Global air freight market grew faster at 4.1% in first half of 2014: IATA

Global air freight volumes grew at an average rate of 4.1 per cent in the first six months of 2014 (January-June) although the air freight market grew at a slower pace of 2.3 per cent in June, compared to the 4.9 per cent growth reported for May, data released by the International Air Transport Association (IATA) showed.

The growth in demand of the air freight market (measured in freight tonne kilometers) during the first half of 2014, at 4.1 per cent, was much stronger than the weak 1.4% increase reported for the full-year 2013 over 2012 levels.

The strengthened growth has been underpinned by improving global trade and stronger business activity over the past year, IATA noted.

''At the half-way point of the year, it is clear that overall cargo demand is much stronger than in 2013,'' said Tony Tyler, IATA's director general and CEO.

Carriers in Asia-Pacific and the Middle East have been the biggest beneficiaries of the improved market conditions, he said, adding that Europe is doing reasonably well, albeit slowly while the Americas remain in a weak spot.

The Middle East carriers recorded the strongest expansion, with air cargo volumes up 7.0 per cent in June and overall growth at 10.0 per cent year-to-date.

A general improvement in the economic environment may not always translate to an improvement in air cargo traffic for there are other extraneous risk factors - from conflicts and sanctions to potential national defaults and fear of the Ebola outbreak.

Also, while air cargo is slowly emerging from two years in the doldrums, logistics has become an even more intensely competitive sector.

''Shippers value faster end-to-end transit times, greater reliability and improved efficiency. More clearly than ever, the building blocks for the future of air cargo are found in global programs such as e-Freight and Cargo 2000. These are helping the entire value chain to deliver on the expectations of their customers,'' said Tyler.

Asia-Pacific airlines' freight volume grew 4.9 per cent in June, continuing the trend of strengthening results following the declines in the first quarter of the year. For the year-to-date, Asia-Pacific cargo is up 4.6 per cent, and with Chinese manufacturing expanding again for the first time since December 2013, growth looks set to continue. Capacity expanded 4.3 per cent.

European carriers saw freight volumes fall 1.5 per cent compared to June 2013, possibly reflecting recent weakness in manufacturing and export activity. Overall, for the year-to-date, European cargo is up 3.2 per cent, a stronger performance than in 2013. Capacity in June rose 2.1 per cent.

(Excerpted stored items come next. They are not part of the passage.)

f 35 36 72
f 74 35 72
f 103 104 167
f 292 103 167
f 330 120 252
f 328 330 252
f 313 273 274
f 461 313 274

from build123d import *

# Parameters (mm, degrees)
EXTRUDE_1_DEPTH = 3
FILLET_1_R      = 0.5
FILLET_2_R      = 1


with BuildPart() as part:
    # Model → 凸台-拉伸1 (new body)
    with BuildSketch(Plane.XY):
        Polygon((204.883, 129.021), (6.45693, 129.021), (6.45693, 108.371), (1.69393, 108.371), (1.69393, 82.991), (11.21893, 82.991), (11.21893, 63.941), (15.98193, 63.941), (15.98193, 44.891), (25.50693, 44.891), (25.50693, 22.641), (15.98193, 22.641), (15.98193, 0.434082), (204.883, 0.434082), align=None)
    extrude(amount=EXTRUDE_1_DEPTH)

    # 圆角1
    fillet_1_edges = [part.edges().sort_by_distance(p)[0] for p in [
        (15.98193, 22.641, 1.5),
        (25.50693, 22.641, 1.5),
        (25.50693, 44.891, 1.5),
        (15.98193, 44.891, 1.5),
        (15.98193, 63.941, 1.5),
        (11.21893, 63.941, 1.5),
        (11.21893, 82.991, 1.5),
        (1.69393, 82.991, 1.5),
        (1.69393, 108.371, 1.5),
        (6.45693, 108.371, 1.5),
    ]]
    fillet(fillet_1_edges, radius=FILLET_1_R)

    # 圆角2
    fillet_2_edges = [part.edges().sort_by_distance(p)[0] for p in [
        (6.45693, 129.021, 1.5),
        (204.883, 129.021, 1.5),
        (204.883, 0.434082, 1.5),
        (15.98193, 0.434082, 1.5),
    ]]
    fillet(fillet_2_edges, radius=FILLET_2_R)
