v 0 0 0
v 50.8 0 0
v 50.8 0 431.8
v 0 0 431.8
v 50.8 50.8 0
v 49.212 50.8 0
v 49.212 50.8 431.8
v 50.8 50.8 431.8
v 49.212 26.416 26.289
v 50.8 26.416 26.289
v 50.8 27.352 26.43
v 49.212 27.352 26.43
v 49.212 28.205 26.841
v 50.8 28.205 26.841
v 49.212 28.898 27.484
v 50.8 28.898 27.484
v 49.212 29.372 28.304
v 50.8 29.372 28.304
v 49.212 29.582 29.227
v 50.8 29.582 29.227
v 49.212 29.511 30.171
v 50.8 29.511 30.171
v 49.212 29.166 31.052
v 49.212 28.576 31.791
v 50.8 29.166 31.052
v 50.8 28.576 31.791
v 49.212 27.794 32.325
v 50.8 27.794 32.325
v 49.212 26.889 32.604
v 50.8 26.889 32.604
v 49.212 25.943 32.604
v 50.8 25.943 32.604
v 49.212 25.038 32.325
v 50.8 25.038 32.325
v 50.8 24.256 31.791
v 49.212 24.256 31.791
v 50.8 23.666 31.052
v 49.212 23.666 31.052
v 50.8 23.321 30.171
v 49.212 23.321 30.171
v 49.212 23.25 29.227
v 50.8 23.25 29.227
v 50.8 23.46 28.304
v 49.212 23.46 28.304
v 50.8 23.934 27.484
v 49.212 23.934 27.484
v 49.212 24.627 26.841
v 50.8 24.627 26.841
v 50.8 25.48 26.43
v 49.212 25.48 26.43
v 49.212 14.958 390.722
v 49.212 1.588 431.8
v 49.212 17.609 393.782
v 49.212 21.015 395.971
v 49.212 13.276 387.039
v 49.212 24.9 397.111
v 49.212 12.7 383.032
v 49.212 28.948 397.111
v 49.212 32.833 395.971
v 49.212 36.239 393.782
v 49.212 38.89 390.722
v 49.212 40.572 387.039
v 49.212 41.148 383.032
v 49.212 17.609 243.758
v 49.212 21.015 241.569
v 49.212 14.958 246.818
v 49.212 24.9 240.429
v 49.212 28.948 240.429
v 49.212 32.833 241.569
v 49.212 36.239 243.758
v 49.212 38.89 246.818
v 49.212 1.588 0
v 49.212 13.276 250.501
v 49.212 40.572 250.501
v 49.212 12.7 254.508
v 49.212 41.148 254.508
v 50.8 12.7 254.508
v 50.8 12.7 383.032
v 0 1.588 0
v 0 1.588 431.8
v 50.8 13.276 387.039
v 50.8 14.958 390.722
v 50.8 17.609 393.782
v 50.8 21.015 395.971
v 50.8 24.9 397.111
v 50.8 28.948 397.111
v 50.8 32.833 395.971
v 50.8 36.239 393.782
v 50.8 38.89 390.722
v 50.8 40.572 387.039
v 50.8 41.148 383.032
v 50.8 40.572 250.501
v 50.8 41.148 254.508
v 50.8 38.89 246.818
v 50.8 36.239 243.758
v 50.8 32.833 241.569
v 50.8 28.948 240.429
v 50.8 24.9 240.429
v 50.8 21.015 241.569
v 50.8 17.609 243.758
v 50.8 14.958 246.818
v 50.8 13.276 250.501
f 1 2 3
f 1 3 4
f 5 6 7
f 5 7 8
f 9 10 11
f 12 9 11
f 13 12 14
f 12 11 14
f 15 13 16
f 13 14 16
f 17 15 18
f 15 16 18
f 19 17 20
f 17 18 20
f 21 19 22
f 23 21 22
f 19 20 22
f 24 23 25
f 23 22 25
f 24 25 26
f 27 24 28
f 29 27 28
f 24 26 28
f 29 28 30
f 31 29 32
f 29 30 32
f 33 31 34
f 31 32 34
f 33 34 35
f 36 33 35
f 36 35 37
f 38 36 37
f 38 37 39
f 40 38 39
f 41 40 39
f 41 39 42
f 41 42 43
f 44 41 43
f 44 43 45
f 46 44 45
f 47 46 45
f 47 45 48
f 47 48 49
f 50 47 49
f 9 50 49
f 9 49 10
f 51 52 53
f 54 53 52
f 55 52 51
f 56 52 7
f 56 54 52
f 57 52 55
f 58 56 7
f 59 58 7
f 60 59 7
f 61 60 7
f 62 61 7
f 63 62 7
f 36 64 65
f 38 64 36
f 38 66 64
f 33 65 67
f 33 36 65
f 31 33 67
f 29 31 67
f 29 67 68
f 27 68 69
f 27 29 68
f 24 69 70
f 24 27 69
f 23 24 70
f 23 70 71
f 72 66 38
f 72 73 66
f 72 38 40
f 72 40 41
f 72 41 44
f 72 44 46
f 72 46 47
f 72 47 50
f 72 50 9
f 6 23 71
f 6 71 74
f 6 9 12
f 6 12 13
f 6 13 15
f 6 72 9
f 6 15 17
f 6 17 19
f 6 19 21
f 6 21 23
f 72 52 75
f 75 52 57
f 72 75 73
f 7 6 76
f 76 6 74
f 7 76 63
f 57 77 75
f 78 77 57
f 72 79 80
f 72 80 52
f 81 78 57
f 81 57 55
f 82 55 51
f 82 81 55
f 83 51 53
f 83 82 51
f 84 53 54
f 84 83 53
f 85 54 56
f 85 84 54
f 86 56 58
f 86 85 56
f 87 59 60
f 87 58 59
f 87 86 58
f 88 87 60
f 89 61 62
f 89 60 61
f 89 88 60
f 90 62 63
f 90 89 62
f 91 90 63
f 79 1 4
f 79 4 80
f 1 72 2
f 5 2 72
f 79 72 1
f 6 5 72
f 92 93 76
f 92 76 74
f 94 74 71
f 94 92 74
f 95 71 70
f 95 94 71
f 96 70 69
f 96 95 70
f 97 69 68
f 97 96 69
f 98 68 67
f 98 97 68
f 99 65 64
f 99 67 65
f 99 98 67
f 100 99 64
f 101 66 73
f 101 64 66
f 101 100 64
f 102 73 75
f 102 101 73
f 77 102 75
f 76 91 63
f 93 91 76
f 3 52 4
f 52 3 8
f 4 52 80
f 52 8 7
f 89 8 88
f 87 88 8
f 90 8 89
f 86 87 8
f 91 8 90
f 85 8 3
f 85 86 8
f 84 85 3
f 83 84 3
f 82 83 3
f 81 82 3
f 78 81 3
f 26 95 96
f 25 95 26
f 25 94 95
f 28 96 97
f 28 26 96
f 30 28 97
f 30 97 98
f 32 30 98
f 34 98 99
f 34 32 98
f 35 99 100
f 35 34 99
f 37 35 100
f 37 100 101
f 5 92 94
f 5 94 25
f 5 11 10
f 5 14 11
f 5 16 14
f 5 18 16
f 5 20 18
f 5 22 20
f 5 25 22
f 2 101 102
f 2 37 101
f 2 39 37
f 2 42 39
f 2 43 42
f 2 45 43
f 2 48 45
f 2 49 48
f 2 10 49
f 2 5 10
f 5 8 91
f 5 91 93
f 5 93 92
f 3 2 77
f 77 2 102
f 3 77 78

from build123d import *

# Parameters (mm, degrees)
BOSS_EXTRUDE2_DEPTH = 431.8
SKETCH8_R           = 3.175
CUT_EXTRUDE6_DEPTH  = 2.54


with BuildPart() as part:
    # Sketch3 → Boss-Extrude2 (new body)
    with BuildSketch(Plane.XY):
        Polygon((0, 0), (0, 1.5875), (49.2125, 1.5875), (49.2125, 50.8), (50.8, 50.8), (50.8, 0), align=None)
    extrude(amount=BOSS_EXTRUDE2_DEPTH)

    # Sketch8 → Cut-Extrude6 (cut)
    with BuildSketch(Plane(origin=(50.8, 0, 0), x_dir=(0, 0, -1), z_dir=(1, 0, 0))):
        with Locations((-29.464, 26.416)):
            Circle(SKETCH8_R)
        with BuildLine():
            Line((-254.508, 12.7), (-383.032, 12.7))
            ThreePointArc((-383.032, 12.7), (-397.256, 26.924), (-383.032, 41.148))
            Line((-383.032, 41.148), (-254.508, 41.148))
            ThreePointArc((-254.508, 41.148), (-240.284, 26.924), (-254.508, 12.7))
        make_face()
    extrude(amount=-CUT_EXTRUDE6_DEPTH, mode=Mode.SUBTRACT)


solid = part.part
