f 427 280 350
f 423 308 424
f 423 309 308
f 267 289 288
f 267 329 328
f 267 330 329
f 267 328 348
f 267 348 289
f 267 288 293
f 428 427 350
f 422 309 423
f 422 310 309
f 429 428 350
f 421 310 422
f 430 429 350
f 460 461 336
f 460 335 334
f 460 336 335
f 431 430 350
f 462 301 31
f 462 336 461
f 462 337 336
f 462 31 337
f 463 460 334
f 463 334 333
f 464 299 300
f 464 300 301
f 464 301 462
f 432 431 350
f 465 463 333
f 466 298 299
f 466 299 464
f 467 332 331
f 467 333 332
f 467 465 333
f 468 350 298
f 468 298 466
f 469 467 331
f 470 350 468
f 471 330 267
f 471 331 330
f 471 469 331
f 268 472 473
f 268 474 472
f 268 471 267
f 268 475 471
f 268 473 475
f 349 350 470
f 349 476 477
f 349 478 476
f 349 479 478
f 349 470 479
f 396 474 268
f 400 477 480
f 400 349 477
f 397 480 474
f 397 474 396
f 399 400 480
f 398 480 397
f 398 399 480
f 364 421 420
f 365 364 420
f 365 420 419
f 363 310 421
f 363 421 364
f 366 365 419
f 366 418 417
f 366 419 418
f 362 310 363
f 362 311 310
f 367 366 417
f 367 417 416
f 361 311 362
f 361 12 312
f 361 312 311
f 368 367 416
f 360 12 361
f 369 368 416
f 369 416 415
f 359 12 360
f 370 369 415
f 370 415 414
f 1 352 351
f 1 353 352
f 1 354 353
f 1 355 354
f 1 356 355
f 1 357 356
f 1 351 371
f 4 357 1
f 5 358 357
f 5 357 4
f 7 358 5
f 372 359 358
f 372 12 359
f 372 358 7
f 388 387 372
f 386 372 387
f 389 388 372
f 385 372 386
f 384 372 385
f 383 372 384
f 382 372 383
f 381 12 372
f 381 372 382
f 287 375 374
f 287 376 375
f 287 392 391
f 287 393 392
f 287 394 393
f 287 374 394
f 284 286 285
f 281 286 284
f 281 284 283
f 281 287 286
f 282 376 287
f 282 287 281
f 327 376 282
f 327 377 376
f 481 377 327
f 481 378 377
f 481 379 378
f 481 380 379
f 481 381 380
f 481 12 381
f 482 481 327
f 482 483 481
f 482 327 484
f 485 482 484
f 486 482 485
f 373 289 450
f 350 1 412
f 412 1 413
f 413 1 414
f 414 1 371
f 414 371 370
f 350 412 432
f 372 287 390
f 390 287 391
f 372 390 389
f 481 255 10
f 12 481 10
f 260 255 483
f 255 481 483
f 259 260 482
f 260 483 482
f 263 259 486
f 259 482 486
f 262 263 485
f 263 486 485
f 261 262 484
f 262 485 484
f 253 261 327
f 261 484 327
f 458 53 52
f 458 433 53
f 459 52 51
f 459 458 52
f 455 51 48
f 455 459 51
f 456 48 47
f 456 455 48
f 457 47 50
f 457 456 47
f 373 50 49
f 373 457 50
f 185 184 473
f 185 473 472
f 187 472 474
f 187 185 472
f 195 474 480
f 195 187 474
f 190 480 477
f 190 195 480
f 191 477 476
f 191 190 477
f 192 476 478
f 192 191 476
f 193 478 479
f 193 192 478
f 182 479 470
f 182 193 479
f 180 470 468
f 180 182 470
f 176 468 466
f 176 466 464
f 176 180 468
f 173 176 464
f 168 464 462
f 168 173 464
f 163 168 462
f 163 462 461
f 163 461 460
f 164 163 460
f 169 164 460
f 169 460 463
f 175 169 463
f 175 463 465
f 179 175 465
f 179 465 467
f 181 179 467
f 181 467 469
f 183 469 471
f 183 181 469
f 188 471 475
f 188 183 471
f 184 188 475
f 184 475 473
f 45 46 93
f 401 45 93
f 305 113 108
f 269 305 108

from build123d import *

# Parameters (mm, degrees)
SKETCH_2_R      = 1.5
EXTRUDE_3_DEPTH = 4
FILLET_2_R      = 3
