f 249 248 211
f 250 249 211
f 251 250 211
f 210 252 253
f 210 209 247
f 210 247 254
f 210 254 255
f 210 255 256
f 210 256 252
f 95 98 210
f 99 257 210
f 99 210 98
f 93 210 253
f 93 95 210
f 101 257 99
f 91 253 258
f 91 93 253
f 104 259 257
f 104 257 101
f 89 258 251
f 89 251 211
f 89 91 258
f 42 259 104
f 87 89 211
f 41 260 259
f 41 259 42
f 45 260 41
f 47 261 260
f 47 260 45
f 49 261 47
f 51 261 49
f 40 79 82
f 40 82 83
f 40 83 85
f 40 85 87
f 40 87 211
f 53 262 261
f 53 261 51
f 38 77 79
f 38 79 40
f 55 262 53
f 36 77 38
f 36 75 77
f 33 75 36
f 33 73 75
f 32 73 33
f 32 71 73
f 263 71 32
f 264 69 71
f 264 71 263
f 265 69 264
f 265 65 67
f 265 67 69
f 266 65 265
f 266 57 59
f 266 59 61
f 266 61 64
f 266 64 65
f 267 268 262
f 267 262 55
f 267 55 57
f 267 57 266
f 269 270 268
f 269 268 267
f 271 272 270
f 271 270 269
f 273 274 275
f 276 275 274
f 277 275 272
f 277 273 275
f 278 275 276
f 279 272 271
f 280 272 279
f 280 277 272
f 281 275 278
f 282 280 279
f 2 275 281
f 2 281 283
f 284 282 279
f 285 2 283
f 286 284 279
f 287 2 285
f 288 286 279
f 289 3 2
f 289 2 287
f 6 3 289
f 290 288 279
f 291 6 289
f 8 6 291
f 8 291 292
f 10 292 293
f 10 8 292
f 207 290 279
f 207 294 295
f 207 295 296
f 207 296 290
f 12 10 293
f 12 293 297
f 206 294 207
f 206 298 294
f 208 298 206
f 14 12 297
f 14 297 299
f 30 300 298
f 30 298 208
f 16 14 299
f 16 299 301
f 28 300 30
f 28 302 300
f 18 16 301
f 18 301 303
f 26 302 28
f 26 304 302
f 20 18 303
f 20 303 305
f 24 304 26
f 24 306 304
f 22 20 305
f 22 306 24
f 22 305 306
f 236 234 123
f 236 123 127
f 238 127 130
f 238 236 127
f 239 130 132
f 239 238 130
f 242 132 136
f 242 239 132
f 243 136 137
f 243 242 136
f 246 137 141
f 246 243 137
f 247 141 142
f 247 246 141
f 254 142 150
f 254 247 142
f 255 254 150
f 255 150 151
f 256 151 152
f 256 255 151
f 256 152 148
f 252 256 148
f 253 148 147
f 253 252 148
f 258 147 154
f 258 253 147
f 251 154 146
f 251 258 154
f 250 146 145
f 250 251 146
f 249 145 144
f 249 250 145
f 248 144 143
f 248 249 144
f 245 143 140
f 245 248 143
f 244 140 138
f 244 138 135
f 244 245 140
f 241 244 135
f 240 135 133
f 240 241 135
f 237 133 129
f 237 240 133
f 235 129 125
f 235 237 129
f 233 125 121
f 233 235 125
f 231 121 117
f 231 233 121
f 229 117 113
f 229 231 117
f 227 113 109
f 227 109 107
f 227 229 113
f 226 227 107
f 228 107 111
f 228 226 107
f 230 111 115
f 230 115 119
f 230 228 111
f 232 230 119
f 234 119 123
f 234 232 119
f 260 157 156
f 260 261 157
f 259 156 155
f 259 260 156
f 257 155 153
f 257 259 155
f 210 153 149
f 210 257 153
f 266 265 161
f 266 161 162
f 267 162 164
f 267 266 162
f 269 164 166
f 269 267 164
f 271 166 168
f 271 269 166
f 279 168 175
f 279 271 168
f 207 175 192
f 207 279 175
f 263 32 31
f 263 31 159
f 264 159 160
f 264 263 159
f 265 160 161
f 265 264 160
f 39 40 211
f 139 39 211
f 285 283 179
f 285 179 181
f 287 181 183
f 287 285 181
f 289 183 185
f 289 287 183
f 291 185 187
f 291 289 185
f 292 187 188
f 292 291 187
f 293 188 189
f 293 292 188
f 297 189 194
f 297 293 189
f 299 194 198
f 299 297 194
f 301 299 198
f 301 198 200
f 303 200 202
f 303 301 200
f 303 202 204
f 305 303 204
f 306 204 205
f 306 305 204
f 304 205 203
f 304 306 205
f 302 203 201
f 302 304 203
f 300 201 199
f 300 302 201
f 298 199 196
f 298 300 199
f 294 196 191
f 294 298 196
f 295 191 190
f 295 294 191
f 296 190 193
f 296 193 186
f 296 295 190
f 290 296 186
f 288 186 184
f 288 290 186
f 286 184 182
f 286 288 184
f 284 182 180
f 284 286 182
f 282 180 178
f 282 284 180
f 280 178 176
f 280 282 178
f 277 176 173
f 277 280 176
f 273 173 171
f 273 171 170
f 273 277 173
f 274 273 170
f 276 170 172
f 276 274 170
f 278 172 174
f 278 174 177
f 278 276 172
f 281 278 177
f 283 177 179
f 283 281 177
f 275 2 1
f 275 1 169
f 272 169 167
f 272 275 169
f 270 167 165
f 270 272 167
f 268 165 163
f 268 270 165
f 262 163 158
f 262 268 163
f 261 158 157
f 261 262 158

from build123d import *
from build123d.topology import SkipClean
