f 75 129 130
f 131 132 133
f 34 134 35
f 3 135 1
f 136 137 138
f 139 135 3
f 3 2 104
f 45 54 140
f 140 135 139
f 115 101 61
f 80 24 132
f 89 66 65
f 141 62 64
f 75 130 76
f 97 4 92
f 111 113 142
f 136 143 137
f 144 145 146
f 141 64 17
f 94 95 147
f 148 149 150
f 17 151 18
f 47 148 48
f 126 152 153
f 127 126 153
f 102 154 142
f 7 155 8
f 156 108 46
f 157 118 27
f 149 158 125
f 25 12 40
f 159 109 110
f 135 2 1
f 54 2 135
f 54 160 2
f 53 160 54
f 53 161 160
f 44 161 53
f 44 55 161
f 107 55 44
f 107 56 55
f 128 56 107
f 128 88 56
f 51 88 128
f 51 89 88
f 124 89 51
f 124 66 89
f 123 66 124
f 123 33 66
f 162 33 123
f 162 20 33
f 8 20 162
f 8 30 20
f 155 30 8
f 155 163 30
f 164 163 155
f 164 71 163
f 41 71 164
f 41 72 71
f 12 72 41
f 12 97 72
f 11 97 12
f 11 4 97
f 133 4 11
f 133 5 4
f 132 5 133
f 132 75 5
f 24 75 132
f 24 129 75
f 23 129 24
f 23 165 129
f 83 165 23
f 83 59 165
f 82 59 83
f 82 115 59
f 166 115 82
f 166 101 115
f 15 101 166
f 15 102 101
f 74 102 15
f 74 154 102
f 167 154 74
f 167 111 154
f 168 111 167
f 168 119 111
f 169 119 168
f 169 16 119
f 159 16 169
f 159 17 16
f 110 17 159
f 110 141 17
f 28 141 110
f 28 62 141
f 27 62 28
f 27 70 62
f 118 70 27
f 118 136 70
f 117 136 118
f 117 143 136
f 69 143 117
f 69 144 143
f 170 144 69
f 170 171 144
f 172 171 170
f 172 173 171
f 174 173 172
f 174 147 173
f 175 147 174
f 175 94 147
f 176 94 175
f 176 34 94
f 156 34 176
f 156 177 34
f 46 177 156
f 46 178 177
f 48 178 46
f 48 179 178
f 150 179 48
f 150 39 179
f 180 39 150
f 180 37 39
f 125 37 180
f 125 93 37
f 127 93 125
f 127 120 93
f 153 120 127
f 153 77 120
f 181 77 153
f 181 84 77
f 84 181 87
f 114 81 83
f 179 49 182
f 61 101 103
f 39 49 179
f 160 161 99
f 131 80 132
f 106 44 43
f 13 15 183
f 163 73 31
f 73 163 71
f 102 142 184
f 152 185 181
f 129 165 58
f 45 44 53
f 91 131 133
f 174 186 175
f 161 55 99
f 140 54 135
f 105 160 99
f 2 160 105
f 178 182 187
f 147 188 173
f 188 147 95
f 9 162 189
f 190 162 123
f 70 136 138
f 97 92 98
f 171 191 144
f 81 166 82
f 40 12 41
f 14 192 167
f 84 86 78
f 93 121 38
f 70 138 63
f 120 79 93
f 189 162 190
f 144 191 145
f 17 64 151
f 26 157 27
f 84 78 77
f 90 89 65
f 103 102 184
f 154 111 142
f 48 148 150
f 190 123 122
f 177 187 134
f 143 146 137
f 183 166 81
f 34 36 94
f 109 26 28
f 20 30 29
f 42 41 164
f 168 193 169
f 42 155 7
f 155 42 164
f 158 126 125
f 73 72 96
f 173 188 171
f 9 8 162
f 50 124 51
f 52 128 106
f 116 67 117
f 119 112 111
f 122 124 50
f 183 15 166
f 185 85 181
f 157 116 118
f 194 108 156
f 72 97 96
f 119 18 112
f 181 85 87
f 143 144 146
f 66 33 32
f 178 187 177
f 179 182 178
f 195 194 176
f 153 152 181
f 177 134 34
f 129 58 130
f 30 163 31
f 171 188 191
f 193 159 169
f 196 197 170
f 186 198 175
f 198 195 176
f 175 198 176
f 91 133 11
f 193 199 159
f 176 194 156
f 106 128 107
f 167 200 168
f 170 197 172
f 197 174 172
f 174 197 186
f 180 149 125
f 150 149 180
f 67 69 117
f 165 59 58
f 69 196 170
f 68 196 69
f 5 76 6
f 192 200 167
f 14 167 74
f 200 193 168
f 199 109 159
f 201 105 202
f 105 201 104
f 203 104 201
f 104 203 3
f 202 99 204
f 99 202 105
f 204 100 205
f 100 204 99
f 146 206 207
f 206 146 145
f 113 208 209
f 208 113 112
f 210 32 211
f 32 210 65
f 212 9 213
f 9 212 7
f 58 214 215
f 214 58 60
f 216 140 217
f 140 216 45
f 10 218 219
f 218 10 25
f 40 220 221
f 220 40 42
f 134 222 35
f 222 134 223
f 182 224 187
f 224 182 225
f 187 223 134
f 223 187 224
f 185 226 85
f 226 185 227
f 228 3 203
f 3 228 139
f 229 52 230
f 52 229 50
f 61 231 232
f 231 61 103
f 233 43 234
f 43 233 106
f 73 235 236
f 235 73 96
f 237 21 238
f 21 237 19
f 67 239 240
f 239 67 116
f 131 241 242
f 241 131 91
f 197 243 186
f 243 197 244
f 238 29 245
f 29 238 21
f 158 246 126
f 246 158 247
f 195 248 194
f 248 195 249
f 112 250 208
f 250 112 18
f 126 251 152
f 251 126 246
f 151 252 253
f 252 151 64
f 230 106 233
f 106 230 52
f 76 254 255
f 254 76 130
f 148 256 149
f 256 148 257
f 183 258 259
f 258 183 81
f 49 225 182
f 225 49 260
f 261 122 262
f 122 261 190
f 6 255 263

North American airlines' freight volumes declined 0.1 per cent, compared to June 2013, and for the year-to-date are up just 1.6 per cent, reflecting the weakness in trade volumes that followed the severe weather events in the first quarter. Recent data, however, points to much stronger business activity which could support stronger air cargo volumes in the months ahead. Capacity in June fell 1.0 per cent.

Middle East carriers continue to expand strongly. Air cargo growth was 7.0 per cent in June and is up 10.0 per cent for the year-to-date. Airlines in the region are capitalising on growth opportunities by expanding services to fast-growing emerging markets, such as Uganda and Mexico. Capacity expanded 8.6 per cent year-on-year.

Latin American airlines suffered a sharp contraction of 3.4 per cent in June. The overall performance for the year-to-date has also been a disappointing -0.1 per cent, the only region to be in decline this year. Sluggish trade growth and in particular the weakness of the Brazilian economy is dragging down growth. Capacity in June was up by 1.6 per cent, IATA noted.

African carriers grew 4.8 per cent in June, much stronger than the year-to-date average of 3.1 per cent. Growth has been affected by a slowdown in some African economies, notably South Africa. Improving trade data, however, points to a more optimistic outlook for the rest of the year. Capacity grew 0.3 per cent in June, year-on-year.